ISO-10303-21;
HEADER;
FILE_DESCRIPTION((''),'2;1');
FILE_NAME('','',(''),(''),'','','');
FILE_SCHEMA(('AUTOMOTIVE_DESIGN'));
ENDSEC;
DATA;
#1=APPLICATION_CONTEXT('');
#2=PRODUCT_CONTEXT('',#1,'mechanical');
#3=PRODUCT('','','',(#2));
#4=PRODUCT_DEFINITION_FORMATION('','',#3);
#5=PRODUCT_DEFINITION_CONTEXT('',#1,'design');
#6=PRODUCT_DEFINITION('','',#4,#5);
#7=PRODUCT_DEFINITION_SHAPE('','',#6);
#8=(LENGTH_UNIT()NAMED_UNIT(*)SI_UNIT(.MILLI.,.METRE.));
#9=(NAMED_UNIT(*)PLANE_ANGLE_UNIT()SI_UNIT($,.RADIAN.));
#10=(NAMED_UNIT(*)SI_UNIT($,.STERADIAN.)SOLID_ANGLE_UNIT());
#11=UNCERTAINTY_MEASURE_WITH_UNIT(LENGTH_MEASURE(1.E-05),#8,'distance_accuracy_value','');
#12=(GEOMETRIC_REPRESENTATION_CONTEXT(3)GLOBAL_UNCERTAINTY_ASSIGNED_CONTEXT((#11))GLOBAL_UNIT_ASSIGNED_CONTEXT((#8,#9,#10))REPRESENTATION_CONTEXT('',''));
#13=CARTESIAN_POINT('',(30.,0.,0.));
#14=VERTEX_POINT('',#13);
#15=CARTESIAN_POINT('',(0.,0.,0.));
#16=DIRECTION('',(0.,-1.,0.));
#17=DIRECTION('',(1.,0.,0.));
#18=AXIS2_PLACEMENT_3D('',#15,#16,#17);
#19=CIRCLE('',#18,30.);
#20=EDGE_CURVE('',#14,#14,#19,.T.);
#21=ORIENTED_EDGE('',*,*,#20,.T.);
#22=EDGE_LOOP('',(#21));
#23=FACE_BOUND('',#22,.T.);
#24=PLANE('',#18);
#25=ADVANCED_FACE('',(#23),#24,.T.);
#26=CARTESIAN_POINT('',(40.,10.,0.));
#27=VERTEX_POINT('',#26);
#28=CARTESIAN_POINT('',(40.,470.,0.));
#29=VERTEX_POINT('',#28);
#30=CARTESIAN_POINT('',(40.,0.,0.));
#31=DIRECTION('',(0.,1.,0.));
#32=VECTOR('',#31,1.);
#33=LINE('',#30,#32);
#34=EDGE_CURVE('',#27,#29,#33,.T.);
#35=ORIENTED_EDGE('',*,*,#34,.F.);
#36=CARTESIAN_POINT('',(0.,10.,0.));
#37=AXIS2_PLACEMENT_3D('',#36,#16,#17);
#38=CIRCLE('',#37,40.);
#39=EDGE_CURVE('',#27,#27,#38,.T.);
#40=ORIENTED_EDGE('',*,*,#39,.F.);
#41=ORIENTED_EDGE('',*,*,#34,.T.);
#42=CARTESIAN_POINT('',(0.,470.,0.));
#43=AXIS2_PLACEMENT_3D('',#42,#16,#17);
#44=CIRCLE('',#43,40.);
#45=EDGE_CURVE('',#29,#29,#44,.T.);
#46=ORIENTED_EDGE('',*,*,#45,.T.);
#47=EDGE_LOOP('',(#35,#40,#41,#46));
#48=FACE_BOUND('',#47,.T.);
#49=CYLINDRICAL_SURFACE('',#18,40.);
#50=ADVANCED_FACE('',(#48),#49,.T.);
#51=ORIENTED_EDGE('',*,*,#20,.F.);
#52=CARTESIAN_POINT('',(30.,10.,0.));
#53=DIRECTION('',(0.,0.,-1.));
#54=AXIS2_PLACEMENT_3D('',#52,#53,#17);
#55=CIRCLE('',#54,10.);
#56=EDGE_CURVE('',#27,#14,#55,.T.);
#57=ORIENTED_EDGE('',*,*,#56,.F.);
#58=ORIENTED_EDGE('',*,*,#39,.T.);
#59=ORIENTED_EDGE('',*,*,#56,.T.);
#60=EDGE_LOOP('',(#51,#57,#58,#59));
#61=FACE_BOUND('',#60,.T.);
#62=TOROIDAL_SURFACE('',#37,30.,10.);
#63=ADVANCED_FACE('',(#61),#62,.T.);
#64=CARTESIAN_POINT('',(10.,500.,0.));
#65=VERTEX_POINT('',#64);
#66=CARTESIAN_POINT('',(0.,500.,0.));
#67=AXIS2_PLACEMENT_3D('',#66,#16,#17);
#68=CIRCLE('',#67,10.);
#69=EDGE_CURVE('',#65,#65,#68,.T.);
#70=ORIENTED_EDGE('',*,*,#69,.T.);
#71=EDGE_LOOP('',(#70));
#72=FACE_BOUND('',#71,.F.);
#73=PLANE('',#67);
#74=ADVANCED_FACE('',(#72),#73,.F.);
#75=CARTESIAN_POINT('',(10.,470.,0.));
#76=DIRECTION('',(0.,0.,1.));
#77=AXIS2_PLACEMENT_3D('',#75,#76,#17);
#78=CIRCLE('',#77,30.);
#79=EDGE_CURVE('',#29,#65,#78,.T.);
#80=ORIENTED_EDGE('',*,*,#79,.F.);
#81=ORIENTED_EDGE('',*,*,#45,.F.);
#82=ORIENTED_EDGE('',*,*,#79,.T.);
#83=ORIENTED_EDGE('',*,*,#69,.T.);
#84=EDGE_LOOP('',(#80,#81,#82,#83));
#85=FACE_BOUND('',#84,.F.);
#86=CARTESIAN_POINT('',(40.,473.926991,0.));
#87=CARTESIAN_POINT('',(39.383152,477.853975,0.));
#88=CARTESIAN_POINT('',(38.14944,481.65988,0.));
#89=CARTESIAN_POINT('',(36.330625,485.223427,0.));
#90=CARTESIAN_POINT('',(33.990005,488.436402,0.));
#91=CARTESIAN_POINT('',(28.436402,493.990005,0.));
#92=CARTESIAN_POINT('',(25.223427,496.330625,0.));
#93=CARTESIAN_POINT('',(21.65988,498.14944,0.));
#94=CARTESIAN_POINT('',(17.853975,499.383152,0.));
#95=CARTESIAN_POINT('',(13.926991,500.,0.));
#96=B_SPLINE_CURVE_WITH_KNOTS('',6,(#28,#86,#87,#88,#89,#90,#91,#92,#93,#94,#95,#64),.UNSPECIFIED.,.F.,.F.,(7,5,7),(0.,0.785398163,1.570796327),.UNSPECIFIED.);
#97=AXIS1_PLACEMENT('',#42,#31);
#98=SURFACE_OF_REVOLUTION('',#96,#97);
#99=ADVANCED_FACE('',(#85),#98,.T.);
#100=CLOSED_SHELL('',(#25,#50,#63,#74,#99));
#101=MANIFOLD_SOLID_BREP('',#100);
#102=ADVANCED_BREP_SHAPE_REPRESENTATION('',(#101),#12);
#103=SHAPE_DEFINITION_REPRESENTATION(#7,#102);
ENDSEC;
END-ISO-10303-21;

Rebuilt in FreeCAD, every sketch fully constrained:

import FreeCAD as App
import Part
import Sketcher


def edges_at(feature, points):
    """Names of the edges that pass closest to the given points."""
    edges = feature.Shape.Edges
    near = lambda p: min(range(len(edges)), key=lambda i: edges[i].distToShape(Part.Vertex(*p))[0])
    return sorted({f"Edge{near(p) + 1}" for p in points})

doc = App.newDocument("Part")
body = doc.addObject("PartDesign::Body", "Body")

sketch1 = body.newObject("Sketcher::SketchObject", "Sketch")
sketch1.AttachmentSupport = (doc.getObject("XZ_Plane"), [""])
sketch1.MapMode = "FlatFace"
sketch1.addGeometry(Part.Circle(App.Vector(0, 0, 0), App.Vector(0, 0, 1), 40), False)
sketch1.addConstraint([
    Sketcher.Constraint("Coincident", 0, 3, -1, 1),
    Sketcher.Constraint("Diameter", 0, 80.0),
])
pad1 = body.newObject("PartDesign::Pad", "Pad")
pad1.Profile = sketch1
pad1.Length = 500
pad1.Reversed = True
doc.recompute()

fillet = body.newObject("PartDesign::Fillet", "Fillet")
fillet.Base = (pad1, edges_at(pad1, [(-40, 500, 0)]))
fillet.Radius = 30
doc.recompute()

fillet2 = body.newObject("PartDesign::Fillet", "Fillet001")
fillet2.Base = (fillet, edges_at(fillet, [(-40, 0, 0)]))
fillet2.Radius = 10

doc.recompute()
=======
Could you return, word for word, only the lines running from the first line of the material above to the line that contains "#7=PRODUCT_DEFINITION_SHAPE('','',#6);", inclusive?

ISO-10303-21;
HEADER;
FILE_DESCRIPTION((''),'2;1');
FILE_NAME('','',(''),(''),'','','');
FILE_SCHEMA(('AUTOMOTIVE_DESIGN'));
ENDSEC;
DATA;
#1=APPLICATION_CONTEXT('');
#2=PRODUCT_CONTEXT('',#1,'mechanical');
#3=PRODUCT('','','',(#2));
#4=PRODUCT_DEFINITION_FORMATION('','',#3);
#5=PRODUCT_DEFINITION_CONTEXT('',#1,'design');
#6=PRODUCT_DEFINITION('','',#4,#5);
#7=PRODUCT_DEFINITION_SHAPE('','',#6);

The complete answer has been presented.